Working data:

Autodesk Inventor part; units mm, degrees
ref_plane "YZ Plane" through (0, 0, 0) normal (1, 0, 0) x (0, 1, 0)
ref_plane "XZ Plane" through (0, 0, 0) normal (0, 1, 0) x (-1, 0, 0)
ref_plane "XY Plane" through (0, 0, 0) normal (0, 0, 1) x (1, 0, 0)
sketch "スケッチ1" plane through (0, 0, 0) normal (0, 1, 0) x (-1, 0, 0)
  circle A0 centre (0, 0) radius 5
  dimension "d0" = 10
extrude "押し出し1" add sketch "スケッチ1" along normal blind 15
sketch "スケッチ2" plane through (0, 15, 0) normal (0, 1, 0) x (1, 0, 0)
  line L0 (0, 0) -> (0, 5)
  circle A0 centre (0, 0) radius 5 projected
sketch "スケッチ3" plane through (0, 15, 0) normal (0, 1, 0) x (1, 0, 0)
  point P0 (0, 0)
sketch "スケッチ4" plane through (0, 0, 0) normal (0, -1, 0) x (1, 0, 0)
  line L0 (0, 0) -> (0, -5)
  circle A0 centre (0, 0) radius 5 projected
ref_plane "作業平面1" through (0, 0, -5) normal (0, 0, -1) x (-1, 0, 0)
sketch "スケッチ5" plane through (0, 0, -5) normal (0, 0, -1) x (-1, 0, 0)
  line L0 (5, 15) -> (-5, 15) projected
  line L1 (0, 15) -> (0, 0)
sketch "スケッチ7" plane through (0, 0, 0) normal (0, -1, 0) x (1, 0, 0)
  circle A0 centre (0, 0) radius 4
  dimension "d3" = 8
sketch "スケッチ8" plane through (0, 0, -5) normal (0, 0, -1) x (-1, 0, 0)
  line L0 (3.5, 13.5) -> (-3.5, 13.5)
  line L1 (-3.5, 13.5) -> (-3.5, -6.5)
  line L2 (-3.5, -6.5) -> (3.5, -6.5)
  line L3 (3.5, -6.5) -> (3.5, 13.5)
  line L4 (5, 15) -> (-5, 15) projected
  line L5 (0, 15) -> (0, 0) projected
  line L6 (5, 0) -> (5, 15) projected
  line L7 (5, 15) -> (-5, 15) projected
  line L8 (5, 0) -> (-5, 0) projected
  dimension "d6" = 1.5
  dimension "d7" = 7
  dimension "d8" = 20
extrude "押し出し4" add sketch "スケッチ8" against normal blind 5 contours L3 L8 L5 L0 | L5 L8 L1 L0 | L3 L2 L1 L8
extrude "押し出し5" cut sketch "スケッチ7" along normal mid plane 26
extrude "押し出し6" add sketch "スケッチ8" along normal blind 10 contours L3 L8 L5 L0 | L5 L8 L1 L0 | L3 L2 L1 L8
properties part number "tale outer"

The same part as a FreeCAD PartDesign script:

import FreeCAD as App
import Part
import Sketcher

V = App.Vector
Q = App.Units.Quantity


def add_polygon(sketch, points):
    """Adds a closed chain of lines whose ends are joined by coincident constraints."""
    first, n = sketch.GeometryCount, len(points)
    for a, b in zip(points, points[1:] + points[:1]):
        sketch.addGeometry(Part.LineSegment(App.Vector(*a, 0), App.Vector(*b, 0)), False)
    for i in range(n):
        sketch.addConstraint(Sketcher.Constraint("Coincident", first + i, 2, first + (i + 1) % n, 1))

doc = App.newDocument("Part")
body = doc.addObject("PartDesign::Body", "Body")

# Sketch on XZ plane
sketch1 = doc.addObject("Sketcher::SketchObject", "Sketch")
body.addObject(sketch1)
sketch1.AttachmentSupport = (doc.XZ_Plane, [""])
sketch1.MapMode = "FlatFace"
sketch1.addGeometry(Part.Circle(V(0, 0, 0), V(0, 0, 1), 5), False)
sketch1.addConstraint([
    Sketcher.Constraint("Coincident", 0, 3, -1, 1),
    Sketcher.Constraint("Diameter", 0, Q("10 mm")),
])
pad1 = doc.addObject("PartDesign::Pad", "Pad")
body.addObject(pad1)
pad1.Profile = sketch1
pad1.Length = 15
pad1.Reversed = True

# Sketch on XY plane
sketch2 = doc.addObject("Sketcher::SketchObject", "Sketch001")
body.addObject(sketch2)
sketch2.AttachmentSupport = (doc.XY_Plane, [""])
sketch2.MapMode = "FlatFace"
sketch2.AttachmentOffset = App.Placement(V(0, 0, -5), App.Rotation())
add_polygon(sketch2, [(-4, 14), (4, 14), (4, -6), (-4, -6)])  # lines 0-3
sketch2.addConstraint([
    Sketcher.Constraint("Horizontal", 0),
    Sketcher.Constraint("Vertical", 1),
    Sketcher.Constraint("Horizontal", 2),
    Sketcher.Constraint("Vertical", 3),
    Sketcher.Constraint("DistanceX", 0, 1, 0, 2, Q("7 mm")),
    Sketcher.Constraint("DistanceY", 1, 2, 1, 1, Q("20 mm")),
    Sketcher.Constraint("DistanceX", -1, 1, 0, 2, Q("3.5 mm")),
    Sketcher.Constraint("DistanceY", -1, 1, 0, 2, Q("13.5 mm")),
])
pad2 = doc.addObject("PartDesign::Pad", "Pad001")
body.addObject(pad2)
pad2.Profile = sketch2
pad2.Length = 5

# Sketch on XZ plane
sketch3 = doc.addObject("Sketcher::SketchObject", "Sketch002")
body.addObject(sketch3)
sketch3.AttachmentSupport = (doc.XZ_Plane, [""])
sketch3.MapMode = "FlatFace"
sketch3.addGeometry(Part.Circle(V(0, 0, 0), V(0, 0, 1), 4), False)
sketch3.addConstraint([
    Sketcher.Constraint("Coincident", 0, 3, -1, 1),
    Sketcher.Constraint("Diameter", 0, Q("8 mm")),
])
pocket1 = doc.addObject("PartDesign::Pocket", "Pocket")
body.addObject(pocket1)
pocket1.Profile = sketch3
pocket1.Length = 26
pocket1.Midplane = True

# Sketch on XY plane
sketch4 = doc.addObject("Sketcher::SketchObject", "Sketch003")
body.addObject(sketch4)
sketch4.AttachmentSupport = (doc.XY_Plane, [""])
sketch4.MapMode = "FlatFace"
sketch4.AttachmentOffset = App.Placement(V(0, 0, -5), App.Rotation())
add_polygon(sketch4, [(-4, 14), (4, 14), (4, -6), (-4, -6)])  # lines 0-3
sketch4.addConstraint([
    Sketcher.Constraint("Horizontal", 0),
    Sketcher.Constraint("Vertical", 1),
    Sketcher.Constraint("Horizontal", 2),
    Sketcher.Constraint("Vertical", 3),
    Sketcher.Constraint("DistanceX", 0, 1, 0, 2, Q("7 mm")),
    Sketcher.Constraint("DistanceY", 1, 2, 1, 1, Q("20 mm")),
    Sketcher.Constraint("DistanceX", -1, 1, 0, 2, Q("3.5 mm")),
    Sketcher.Constraint("DistanceY", -1, 1, 0, 2, Q("13.5 mm")),
])
pad3 = doc.addObject("PartDesign::Pad", "Pad002")
body.addObject(pad3)
pad3.Profile = sketch4
pad3.Length = 10
pad3.Reversed = True

doc.recompute()
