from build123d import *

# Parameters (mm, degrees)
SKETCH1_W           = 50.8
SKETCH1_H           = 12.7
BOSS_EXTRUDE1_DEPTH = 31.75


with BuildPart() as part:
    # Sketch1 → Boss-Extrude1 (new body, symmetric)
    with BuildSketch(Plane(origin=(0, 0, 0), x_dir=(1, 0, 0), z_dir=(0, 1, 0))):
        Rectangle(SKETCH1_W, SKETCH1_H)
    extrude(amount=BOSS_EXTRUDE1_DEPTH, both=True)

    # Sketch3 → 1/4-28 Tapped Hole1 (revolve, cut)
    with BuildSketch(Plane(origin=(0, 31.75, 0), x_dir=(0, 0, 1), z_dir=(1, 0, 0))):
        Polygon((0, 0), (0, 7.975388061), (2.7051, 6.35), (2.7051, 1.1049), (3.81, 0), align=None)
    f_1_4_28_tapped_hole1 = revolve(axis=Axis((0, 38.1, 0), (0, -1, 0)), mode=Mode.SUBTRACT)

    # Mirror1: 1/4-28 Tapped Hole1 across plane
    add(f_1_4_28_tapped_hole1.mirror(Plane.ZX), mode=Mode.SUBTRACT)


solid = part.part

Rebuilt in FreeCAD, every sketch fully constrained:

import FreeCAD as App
import Part
import Sketcher
from FreeCAD import Vector
Q = App.Units.Quantity

doc = App.newDocument("Part")
body = doc.addObject("PartDesign::Body", "Body")

# Sketch on XZ plane
sketch1 = body.newObject("Sketcher::SketchObject", "Sketch")
sketch1.AttachmentSupport = (doc.getObject("XZ_Plane"), [""])
sketch1.MapMode = "FlatFace"
sketch1.addGeometry(Part.LineSegment(Vector(-25, -6, 0), Vector(-25, 6, 0)), False)
sketch1.addGeometry(Part.LineSegment(Vector(-25, 6, 0), Vector(25, 6, 0)), False)
sketch1.addGeometry(Part.LineSegment(Vector(25, 6, 0), Vector(25, -6, 0)), False)
sketch1.addGeometry(Part.LineSegment(Vector(25, -6, 0), Vector(-25, -6, 0)), False)
sketch1.addConstraint(Sketcher.Constraint("Coincident", 0, 2, 1, 1))
sketch1.addConstraint(Sketcher.Constraint("Coincident", 1, 2, 2, 1))
sketch1.addConstraint(Sketcher.Constraint("Coincident", 2, 2, 3, 1))
sketch1.addConstraint(Sketcher.Constraint("Coincident", 3, 2, 0, 1))
sketch1.addConstraint(Sketcher.Constraint("Vertical", 0))
sketch1.addConstraint(Sketcher.Constraint("Horizontal", 1))
sketch1.addConstraint(Sketcher.Constraint("Vertical", 2))
sketch1.addConstraint(Sketcher.Constraint("Horizontal", 3))
sketch1.addConstraint(Sketcher.Constraint("Symmetric", 0, 2, 2, 2, -1, 1))
sketch1.addConstraint(Sketcher.Constraint("DistanceX", 1, 1, 1, 2, Q("2 in")))
sketch1.addConstraint(Sketcher.Constraint("DistanceY", 0, 1, 0, 2, Q("0.5 in")))
pad1 = body.newObject("PartDesign::Pad", "Pad")
pad1.Profile = sketch1
pad1.Length = Q("2.5 in")
pad1.Midplane = True

# Sketch on YZ plane
sketch2 = body.newObject("Sketcher::SketchObject", "Sketch001")
sketch2.AttachmentSupport = (doc.getObject("YZ_Plane"), [""])
sketch2.MapMode = "FlatFace"
sketch2.addGeometry(Part.LineSegment(Vector(23.8, 0, 0), Vector(31.8, 0, 0)), False)
sketch2.addGeometry(Part.LineSegment(Vector(31.8, 0, 0), Vector(31.8, 3.8, 0)), False)
sketch2.addGeometry(Part.LineSegment(Vector(31.8, 3.8, 0), Vector(30.6, 2.7, 0)), False)
sketch2.addGeometry(Part.LineSegment(Vector(30.6, 2.7, 0), Vector(25.4, 2.7, 0)), False)
sketch2.addGeometry(Part.LineSegment(Vector(25.4, 2.7, 0), Vector(23.8, 0, 0)), False)
sketch2.addConstraint(Sketcher.Constraint("Coincident", 0, 2, 1, 1))
sketch2.addConstraint(Sketcher.Constraint("Coincident", 1, 2, 2, 1))
sketch2.addConstraint(Sketcher.Constraint("Coincident", 2, 2, 3, 1))
sketch2.addConstraint(Sketcher.Constraint("Coincident", 3, 2, 4, 1))
sketch2.addConstraint(Sketcher.Constraint("Coincident", 4, 2, 0, 1))
sketch2.addConstraint(Sketcher.Constraint("Horizontal", 0))
sketch2.addConstraint(Sketcher.Constraint("Vertical", 1))
sketch2.addConstraint(Sketcher.Constraint("Horizontal", 3))
sketch2.addConstraint(Sketcher.Constraint("PointOnObject", 0, 2, -1))
sketch2.addConstraint(Sketcher.Constraint("DistanceX", -1, 1, 3, 2, Q("1 in")))
sketch2.addConstraint(Sketcher.Constraint("Angle", 2, Q("-135 deg")))
sketch2.addConstraint(Sketcher.Constraint("Angle", 4, Q("-121 deg")))
sketch2.addConstraint(Sketcher.Constraint("DistanceY", 1, 1, 1, 2, Q("0.15 in")))
sketch2.addConstraint(Sketcher.Constraint("DistanceX", -1, 1, 0, 2, Q("1.25 in")))
sketch2.addConstraint(Sketcher.Constraint("DistanceX", 3, 2, 3, 1, Q("0.2065 in")))
groove = body.newObject("PartDesign::Groove", "Groove")
groove.Profile = sketch2
groove.ReferenceAxis = (sketch2, ["H_Axis"])
groove.Angle = 360
doc.recompute()

mirrored = body.newObject("PartDesign::Mirrored", "Mirrored")
mirrored.Originals = [groove]
mirrored.MirrorPlane = (doc.getObject("XZ_Plane"), [""])
body.Tip = mirrored

doc.recompute()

What you are asked to do: Return each line of the listing that holds the string "degrees".

Answer:
Autodesk Inventor part; units mm, degrees
# Parameters (mm, degrees)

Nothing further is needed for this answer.